SUPPLIED MATERIAL →

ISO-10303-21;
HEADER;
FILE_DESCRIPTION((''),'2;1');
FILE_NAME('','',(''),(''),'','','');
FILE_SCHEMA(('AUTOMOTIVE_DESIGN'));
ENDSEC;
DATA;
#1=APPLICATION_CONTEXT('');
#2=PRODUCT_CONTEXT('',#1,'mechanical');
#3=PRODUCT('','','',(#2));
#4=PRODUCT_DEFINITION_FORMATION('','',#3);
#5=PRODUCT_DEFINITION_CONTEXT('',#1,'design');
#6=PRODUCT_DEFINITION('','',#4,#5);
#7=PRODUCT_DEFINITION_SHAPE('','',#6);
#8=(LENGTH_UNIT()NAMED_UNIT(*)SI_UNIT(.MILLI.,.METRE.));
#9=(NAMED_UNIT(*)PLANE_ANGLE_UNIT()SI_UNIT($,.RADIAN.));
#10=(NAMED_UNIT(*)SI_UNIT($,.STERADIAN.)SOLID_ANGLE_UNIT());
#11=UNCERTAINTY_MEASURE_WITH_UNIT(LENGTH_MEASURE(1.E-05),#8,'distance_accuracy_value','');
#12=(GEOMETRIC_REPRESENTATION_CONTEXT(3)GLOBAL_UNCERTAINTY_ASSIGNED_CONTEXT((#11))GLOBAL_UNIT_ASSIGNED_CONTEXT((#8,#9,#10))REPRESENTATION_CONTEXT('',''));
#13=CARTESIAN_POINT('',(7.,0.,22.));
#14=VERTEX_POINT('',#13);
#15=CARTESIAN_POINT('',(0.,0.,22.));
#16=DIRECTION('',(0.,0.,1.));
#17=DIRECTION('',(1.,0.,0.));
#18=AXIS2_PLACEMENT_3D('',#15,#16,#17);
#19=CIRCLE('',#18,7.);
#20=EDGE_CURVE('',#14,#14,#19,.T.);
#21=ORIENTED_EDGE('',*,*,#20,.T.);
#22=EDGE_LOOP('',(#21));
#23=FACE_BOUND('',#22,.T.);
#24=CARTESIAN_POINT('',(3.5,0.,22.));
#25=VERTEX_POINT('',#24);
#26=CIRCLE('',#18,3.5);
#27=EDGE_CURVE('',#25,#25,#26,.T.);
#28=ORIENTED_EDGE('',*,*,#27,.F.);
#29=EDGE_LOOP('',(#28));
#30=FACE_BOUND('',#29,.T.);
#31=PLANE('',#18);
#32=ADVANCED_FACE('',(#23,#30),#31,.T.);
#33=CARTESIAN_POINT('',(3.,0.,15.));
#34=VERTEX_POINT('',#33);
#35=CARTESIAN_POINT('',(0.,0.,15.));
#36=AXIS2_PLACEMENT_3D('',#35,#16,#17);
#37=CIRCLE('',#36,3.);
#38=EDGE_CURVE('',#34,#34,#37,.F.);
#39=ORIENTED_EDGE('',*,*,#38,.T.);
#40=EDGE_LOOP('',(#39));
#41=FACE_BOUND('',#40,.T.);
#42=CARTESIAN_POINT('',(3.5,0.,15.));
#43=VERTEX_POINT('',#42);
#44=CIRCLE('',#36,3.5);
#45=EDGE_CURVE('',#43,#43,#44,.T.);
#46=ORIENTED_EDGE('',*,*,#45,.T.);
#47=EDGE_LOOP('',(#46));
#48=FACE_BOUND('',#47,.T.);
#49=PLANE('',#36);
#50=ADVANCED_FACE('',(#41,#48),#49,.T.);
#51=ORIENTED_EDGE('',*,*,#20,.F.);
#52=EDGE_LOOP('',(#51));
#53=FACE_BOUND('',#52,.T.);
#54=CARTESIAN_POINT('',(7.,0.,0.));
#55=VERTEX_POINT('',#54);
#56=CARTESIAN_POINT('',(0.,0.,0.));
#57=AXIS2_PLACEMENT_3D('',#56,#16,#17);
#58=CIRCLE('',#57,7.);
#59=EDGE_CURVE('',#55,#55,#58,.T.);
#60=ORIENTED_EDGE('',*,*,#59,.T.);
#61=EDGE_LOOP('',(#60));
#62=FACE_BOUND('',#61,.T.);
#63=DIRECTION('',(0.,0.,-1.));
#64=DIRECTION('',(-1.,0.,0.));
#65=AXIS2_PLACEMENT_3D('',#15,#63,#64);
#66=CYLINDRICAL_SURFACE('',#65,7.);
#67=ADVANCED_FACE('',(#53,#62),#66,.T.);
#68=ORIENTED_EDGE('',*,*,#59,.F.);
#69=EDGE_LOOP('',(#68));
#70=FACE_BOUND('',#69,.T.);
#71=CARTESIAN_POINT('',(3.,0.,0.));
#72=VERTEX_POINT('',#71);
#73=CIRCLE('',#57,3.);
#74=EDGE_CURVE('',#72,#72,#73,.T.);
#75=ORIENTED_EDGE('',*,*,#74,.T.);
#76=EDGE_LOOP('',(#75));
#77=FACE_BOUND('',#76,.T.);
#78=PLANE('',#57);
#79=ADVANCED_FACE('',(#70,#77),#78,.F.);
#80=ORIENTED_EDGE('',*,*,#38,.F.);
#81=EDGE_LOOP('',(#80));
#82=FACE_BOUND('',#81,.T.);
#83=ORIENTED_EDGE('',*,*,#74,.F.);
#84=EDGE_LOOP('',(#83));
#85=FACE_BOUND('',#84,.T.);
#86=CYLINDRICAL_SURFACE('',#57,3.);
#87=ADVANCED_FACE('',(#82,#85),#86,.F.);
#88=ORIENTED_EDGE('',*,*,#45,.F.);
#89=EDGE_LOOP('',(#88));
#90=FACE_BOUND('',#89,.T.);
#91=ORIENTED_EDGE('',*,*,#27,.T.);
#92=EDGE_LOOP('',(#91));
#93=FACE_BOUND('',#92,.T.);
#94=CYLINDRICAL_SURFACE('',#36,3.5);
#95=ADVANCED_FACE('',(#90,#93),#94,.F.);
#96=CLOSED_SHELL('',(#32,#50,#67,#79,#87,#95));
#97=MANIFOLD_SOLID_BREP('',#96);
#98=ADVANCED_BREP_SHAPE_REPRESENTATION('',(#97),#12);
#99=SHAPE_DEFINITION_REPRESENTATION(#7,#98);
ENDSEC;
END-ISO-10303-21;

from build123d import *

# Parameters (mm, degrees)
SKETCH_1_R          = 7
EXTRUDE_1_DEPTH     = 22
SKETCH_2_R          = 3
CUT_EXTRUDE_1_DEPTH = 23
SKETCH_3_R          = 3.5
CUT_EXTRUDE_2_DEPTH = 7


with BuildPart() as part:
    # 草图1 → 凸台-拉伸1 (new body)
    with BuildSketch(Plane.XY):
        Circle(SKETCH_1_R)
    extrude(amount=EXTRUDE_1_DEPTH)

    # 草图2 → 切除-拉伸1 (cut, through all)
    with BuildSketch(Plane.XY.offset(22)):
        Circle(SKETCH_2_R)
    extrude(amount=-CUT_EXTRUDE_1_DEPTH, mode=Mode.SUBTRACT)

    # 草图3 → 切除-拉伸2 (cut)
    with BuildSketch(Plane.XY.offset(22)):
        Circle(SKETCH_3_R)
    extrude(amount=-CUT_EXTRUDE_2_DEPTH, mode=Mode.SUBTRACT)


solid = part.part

---

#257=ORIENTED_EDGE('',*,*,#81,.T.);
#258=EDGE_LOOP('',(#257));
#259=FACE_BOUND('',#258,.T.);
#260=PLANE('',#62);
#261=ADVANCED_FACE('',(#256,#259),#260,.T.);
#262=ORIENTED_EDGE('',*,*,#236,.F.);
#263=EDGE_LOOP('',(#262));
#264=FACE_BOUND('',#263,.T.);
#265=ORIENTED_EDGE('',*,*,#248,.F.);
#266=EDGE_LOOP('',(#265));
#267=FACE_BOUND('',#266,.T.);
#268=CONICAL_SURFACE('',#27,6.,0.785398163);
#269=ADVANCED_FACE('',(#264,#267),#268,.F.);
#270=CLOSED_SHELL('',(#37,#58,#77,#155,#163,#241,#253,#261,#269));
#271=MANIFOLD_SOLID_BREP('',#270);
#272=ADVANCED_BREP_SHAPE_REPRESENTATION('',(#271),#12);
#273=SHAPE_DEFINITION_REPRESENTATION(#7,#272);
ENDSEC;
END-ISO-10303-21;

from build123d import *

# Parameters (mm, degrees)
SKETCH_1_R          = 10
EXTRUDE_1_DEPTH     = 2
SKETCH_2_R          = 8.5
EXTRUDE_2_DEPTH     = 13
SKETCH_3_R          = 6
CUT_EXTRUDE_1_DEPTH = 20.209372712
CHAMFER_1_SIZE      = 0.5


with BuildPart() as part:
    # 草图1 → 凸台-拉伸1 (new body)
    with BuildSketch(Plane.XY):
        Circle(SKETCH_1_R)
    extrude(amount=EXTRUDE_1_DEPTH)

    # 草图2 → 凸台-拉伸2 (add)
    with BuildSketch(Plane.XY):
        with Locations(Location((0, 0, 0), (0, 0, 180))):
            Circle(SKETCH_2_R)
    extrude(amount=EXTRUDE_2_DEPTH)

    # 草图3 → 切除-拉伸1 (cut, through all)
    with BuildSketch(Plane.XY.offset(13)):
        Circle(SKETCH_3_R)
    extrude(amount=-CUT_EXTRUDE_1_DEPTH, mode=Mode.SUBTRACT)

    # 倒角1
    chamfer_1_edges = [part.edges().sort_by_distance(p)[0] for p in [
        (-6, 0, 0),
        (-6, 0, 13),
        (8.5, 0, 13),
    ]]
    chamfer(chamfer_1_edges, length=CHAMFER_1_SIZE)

PROBLEM TO WORK ON →
Given the data above, transcribe exactly the lines from the one containing "#48=FACE_BOUND('',#47,.T.);" down to the one containing "#63=DIRECTION('',(0.,0.,-1.));", and no others.

RESULT OF THIS TASK →
#48=FACE_BOUND('',#47,.T.);
#49=PLANE('',#36);
#50=ADVANCED_FACE('',(#41,#48),#49,.T.);
#51=ORIENTED_EDGE('',*,*,#20,.F.);
#52=EDGE_LOOP('',(#51));
#53=FACE_BOUND('',#52,.T.);
#54=CARTESIAN_POINT('',(7.,0.,0.));
#55=VERTEX_POINT('',#54);
#56=CARTESIAN_POINT('',(0.,0.,0.));
#57=AXIS2_PLACEMENT_3D('',#56,#16,#17);
#58=CIRCLE('',#57,7.);
#59=EDGE_CURVE('',#55,#55,#58,.T.);
#60=ORIENTED_EDGE('',*,*,#59,.T.);
#61=EDGE_LOOP('',(#60));
#62=FACE_BOUND('',#61,.T.);
#63=DIRECTION('',(0.,0.,-1.));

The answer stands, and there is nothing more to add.